Карета с трудом продвигалась сквозь грязь и туман пока не стемнело, и когда путники добрались до прибрежного откоса всего лишь в миле от Уочетта, они, как выразилась Бенита, встретили свою судьбу.
Солнце уже село, но серебряное сияние, исходившее от моря, высветило скалы, серый песок и группу всадников, вставших на дороге под скалой, чтобы напасть на них. Слуги, хлестнув лошадей, направили их в сторону моря, и лошади, проваливаясь в толщу песка, потащили карету, выбиваясь из последних сил. Слуги взвели курки бландербассов и откинулись назад в своих седлах. Все это время леди храбро и безмолвно стояла в карете, пряча детей за спиной, а слуги все правили и правили в море, пока передняя пара лошадей не зашла в воду по грудь. Проклиная возниц, не принявших боя, дюжина разбойников выскочила из-за скалы и окружила карету, когда волны уже начали захлестывать ее. Всадники обрубили поводья и захватили головную пару лошадей, обезумевшую от страха перед морем и темнотой. Карета готова была вот-вот опрокинуться в воду, как вдруг леди воскликнула: «Я знаю этого человека! Он — наш давний враг!» Предвидя, что все имущество сейчас отберут, Бенита вынула самое роскошное из драгоценностей, изумительное бриллиантовое ожерелье, надела его на девочку и набросила на нее пальтишко, надеясь укрыть ожерелье от разбойничьих глаз. В это время огромный вал с ревом повалил карету на бок и вода хлынула в окна неудержимым потоком.

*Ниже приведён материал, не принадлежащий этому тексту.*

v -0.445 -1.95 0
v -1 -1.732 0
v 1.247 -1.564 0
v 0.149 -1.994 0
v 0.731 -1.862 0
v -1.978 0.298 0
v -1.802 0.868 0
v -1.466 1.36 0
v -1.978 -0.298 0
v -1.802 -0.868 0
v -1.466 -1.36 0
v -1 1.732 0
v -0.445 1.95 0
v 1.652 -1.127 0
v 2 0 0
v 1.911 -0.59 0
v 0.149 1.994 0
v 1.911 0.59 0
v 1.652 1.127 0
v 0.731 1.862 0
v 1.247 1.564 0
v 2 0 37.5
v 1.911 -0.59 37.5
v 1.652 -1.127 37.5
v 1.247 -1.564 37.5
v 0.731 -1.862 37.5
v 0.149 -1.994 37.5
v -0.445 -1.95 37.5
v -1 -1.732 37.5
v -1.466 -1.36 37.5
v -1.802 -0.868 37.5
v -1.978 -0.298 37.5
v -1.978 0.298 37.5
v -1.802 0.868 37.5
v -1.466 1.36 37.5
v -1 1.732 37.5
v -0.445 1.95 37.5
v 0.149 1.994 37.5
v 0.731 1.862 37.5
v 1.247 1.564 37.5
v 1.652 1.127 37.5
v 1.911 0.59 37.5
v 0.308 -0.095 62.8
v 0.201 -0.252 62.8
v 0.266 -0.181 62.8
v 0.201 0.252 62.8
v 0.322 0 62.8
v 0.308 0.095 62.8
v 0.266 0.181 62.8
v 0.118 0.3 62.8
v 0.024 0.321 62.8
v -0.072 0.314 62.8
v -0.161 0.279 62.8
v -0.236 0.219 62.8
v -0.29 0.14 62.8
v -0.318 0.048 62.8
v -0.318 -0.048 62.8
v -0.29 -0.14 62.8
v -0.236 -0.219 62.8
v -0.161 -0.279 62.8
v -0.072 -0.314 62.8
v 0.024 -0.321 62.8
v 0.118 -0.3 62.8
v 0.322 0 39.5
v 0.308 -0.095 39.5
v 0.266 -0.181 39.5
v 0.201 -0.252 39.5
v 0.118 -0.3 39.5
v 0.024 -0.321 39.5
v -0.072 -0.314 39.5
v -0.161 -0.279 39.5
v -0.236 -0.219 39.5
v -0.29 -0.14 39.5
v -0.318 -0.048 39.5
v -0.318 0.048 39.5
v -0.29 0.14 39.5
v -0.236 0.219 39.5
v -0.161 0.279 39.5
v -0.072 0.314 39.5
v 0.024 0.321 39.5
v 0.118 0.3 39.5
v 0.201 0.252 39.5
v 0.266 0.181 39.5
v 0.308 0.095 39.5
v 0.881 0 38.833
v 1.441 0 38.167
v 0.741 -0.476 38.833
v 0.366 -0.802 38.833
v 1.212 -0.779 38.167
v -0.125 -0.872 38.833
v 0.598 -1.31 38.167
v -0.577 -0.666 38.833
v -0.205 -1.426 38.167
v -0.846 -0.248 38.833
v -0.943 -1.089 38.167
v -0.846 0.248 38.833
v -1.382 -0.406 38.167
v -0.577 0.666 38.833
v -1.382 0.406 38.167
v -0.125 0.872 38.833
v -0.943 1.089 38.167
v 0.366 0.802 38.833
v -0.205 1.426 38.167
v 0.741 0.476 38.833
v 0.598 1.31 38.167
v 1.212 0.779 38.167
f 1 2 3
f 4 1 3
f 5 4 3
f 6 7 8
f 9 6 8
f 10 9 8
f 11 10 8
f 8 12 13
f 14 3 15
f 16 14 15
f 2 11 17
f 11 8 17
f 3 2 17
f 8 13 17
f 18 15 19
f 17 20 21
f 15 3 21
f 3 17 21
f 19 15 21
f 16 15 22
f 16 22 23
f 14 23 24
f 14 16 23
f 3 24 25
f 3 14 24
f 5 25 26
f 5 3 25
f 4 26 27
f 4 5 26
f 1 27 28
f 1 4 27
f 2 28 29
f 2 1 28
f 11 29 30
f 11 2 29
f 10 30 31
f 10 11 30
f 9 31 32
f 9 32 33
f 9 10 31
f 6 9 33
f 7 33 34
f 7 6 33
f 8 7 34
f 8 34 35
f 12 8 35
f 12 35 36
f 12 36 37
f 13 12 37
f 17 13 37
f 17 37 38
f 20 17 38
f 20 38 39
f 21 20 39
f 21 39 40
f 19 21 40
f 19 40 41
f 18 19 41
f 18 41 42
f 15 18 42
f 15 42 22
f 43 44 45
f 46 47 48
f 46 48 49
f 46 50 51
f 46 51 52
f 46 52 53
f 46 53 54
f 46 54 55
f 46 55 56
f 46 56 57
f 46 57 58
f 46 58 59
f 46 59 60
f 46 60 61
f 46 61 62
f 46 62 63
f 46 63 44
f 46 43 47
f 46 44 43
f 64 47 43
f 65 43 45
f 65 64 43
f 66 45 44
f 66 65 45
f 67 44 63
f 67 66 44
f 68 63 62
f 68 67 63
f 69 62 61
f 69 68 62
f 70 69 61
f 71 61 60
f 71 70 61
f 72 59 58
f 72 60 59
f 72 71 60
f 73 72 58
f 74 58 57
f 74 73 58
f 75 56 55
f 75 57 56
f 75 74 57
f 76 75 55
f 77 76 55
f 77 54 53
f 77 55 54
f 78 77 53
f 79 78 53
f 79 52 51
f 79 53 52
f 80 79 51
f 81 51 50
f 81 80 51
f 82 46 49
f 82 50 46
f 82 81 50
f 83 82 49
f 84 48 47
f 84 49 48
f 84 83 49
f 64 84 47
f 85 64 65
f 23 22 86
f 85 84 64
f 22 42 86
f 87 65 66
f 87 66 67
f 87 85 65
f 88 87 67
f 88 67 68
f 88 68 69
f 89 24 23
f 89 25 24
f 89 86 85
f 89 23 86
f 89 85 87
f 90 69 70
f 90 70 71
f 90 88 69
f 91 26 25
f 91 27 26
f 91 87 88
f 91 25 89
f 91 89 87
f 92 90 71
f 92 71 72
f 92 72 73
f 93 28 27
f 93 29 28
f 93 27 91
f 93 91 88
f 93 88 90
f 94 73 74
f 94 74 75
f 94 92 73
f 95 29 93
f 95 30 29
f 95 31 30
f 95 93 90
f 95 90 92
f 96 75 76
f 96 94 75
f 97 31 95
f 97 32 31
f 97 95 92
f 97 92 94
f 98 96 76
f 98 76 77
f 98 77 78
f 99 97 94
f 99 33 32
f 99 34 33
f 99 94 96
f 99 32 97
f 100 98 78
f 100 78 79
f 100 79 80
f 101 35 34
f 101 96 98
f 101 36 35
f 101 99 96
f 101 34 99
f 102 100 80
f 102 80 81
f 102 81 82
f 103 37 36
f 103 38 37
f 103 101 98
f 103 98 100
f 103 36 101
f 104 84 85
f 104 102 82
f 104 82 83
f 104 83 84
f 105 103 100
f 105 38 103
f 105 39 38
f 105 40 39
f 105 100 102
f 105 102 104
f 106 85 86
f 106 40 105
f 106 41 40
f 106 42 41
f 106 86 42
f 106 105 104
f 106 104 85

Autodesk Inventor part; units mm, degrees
ref_plane "YZ Plane" through (0, 0, 0) normal (1, 0, 0) x (0, 1, 0)
sketch "Sketch1" plane through (0, 0, 0) normal (0, 0, 1) x (1, 0, 0)
  circle A0 centre (0, 0) radius 6 projected
  circle A1 centre (0, 0) radius 2
  point P0 (0, 0)
  dimension "d0" = 4
ref_plane "Work Plane1" through (-3.5125, -3.5125, 37.5) normal (0, 0, 1) x (0.9087, 0.4175, 0)
extrude "Extrusion1" add sketch "Sketch1" along normal up to surface (37.5 mm away) contours A1
sketch "Sketch2" plane through (0, 0, 37.5) normal (0, 0, 1) x (1, 0, 0)
  circle A0 centre (0, 0) radius 2 projected
  point P0 (0, 0)
extrude "Extrusion2" add sketch "Sketch2" along normal blind 2 draft -40
sketch "Sketch3" plane through (0, 0, 39.5) normal (0, 0, 1) x (1, 0, 0)
  circle A0 centre (0, 0) radius 0.3218 projected
  point P0 (0, 0)
ref_plane "Work Plane2" through (-0.9, -20.4499, 62.8) normal (0, 0, 1) x (1, 0, 0)
extrude "Extrusion3" add sketch "Sketch3" along normal up to surface (23.3 mm away)
properties part number "cellSTORM_laserbeam"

Что случилось после этого, Бенита не знала. Дверь ударила ее по голове, и она потеряла сознание, а когда пришла в себя, она обнаружила, что лежит на песке, и что разбойников и след простыл, и что один из слуг приводит ее в чувство, поливая ей лоб морской водой. Бенита встала на ноги и, пошатываясь, направилась к своей госпоже. Та одиноко сидела на прибрежном камне с мертвым мальчиком на руках. Увы, прежде чем первые лучи солнца пробились сквозь ночную мглу, несчастная женщина соединилась со своим горячо любимым мужем на небесах. Ее похоронили на маленьком кладбище в Уочетте, и ее сына и наследника похоронили рядом с ней.
— Вот и вся печальная история,— сказал Джереми, стараясь говорить бодрым голосом.— Налей-ка мне виски, сынок. Нет ничего лучше стакана доброго виски, когда мужчина становится совсем уж чувствительным. Налей и себе, Джон: ты явно приуныл.

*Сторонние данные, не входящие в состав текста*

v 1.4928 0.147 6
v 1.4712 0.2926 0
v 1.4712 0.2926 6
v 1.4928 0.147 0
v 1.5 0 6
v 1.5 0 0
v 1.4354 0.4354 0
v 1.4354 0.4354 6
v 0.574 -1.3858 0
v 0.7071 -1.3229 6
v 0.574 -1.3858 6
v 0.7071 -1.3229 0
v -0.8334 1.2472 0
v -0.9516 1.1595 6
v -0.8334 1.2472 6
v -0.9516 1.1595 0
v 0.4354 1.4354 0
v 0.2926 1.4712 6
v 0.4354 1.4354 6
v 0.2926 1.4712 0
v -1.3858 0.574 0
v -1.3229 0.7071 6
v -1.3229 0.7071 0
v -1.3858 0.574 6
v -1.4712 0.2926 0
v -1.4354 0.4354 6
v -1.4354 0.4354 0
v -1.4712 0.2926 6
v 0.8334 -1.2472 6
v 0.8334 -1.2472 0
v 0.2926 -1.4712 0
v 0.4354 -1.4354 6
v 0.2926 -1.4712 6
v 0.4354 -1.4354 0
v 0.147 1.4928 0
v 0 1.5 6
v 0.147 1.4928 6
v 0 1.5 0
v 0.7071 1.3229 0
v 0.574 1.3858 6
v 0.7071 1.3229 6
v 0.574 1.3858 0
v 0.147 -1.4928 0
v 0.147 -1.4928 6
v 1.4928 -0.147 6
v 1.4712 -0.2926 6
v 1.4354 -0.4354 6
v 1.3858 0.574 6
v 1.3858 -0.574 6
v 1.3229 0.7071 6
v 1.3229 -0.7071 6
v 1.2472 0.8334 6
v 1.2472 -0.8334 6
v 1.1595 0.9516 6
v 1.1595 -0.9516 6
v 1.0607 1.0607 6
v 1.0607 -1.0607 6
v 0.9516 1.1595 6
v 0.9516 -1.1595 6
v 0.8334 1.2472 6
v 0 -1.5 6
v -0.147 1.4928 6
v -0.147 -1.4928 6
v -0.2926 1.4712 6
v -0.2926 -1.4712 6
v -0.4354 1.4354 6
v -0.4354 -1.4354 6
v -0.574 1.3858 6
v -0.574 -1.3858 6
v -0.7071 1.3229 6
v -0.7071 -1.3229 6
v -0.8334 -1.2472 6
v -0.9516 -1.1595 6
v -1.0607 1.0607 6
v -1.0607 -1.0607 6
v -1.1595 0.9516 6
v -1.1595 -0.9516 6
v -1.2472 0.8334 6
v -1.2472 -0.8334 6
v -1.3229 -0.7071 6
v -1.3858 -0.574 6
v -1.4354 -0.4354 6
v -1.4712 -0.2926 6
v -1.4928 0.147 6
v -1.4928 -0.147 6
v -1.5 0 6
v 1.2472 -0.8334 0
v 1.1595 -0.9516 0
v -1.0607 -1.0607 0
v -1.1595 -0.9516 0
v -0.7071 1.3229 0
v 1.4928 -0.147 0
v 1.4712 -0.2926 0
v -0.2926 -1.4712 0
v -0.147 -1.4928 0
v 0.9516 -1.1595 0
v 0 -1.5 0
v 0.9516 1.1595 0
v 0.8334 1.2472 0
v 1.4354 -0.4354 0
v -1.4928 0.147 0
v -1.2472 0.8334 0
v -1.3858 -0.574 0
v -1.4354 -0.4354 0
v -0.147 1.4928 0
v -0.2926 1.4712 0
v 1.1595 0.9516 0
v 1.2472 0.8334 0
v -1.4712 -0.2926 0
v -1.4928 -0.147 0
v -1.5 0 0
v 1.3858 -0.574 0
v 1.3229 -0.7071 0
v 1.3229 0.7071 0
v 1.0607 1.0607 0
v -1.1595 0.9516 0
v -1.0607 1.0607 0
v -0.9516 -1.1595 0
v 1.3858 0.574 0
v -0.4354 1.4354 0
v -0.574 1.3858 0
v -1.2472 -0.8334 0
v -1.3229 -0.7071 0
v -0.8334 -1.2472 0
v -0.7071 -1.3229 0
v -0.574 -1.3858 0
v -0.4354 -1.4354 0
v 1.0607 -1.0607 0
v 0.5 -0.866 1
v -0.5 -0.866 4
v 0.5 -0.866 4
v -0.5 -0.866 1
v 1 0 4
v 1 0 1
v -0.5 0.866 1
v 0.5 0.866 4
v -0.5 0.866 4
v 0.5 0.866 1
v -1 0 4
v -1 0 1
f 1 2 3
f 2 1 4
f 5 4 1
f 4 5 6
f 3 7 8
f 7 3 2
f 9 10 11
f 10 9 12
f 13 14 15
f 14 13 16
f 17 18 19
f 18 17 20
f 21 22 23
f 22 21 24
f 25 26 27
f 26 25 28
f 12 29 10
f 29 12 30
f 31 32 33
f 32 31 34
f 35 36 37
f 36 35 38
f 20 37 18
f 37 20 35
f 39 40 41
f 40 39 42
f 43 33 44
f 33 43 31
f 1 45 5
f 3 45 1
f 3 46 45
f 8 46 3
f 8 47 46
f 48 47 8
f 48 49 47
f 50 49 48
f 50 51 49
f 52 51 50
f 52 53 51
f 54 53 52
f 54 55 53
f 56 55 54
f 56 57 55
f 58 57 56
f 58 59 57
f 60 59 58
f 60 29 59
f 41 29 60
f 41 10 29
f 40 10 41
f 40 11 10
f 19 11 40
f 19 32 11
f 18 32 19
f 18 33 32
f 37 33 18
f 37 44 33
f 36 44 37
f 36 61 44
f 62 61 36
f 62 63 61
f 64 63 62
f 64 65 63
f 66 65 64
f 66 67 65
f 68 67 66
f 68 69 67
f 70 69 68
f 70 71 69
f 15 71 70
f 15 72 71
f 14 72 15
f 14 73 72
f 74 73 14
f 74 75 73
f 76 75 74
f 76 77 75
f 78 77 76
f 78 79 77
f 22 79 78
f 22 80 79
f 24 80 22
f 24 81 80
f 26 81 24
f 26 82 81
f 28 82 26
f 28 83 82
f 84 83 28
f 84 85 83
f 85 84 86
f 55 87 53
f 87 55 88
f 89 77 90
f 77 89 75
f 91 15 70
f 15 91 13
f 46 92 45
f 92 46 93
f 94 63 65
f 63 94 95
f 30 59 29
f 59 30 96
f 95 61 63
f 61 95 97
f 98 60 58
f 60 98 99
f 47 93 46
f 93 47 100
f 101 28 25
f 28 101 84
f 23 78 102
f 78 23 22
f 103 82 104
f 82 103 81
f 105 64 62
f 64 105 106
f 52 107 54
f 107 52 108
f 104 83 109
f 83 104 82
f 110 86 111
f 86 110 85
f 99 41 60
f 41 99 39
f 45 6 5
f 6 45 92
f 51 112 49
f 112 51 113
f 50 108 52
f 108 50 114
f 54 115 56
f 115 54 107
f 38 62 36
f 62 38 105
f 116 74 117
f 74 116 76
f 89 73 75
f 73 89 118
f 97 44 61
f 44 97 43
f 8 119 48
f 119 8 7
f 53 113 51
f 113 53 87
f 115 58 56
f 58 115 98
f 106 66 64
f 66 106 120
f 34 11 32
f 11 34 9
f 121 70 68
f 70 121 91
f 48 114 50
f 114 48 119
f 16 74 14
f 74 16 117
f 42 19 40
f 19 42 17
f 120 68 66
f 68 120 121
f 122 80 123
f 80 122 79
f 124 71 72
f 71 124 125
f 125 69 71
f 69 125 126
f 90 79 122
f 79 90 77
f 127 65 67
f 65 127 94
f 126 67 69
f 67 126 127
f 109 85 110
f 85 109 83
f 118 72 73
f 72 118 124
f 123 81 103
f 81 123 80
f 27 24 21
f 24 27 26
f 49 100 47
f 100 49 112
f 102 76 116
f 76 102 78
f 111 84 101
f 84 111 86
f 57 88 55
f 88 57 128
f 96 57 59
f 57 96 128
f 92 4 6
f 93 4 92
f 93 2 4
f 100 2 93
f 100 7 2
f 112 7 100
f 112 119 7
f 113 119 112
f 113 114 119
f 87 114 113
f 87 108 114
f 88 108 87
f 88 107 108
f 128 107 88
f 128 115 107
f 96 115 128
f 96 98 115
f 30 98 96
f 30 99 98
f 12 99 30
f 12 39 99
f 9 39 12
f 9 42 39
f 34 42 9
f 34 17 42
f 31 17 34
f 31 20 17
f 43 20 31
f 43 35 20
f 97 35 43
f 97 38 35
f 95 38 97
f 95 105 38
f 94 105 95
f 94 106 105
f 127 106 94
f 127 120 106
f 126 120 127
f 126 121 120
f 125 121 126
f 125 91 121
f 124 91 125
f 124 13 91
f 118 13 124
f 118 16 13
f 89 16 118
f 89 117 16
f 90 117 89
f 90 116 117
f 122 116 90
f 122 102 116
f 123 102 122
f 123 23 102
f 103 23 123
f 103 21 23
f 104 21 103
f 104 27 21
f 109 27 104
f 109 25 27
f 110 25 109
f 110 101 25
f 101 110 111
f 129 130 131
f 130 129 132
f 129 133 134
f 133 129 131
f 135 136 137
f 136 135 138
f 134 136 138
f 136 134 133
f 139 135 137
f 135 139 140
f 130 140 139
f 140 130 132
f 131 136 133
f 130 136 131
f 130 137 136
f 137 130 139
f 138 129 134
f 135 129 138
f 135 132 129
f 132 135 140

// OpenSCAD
module grub_screw() {
    difference() {
        // Main body of the screw
        cylinder(h=6, d=3, $fn=64);
        
        // Hex socket
        translate([0, 0, 1])
            cylinder(h=3, d=2, $fn=6);
    }
}

grub_screw();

Джереми говорил со мною, посмеиваясь и похохатывая, но я видел, что в глазах у него засверкали слезы, и почувствовал, что и мои глаза сейчас на мокром месте.
— Как же звали ту леди? - спросил я, — Что стало с маленькой девочкой? Почему Бенита осталась в Англии?
— Ну, парень,— развел руками Джереми,— совсем ты меня вопросами засыпал — прямо как женщина! Более того, ты, пожалуй, даже превзошел их сестру. Ну хорошо, сделаем твой последний вопрос первым, как заведено у женщин, и попытаемся ответить на него. Бенита осталась в Англии потому, что ей некуда было деться. Дуны — если это и в самом деле были Дуны - вытащили из кареты все — и сухое, и мокрое - и Бенита осталась без единого пенни в кармане. Она вынуждена была и думать забыть о том, чтобы вернуться в Италию, и поселилась на эксмурском берегу. Она вышла замуж за гончара — отчасти потому, что он предоставил ей свой кров, отчасти потому, что вообще хорошо отнесся к ней, - а теперь у них трое детей, и ты можешь съездить в Уочетт и навестить ее.
- Я все понял, Джереми, хотя вы явно скомкали свой ответ. А теперь второй вопрос: что стало с маленькой девочкой?
— Послушай, но ведь ты же просто болван! — возмутился Джереми.— Ты же знаешь об этом больше, чем кто бы то ни было во всем королевстве!
— Если бы знал, не стал бы спрашивать.
 - Ясно, как Божий день,— сказал Джереми Стикльз,— что эта маленькая девочка - Лорна Дун.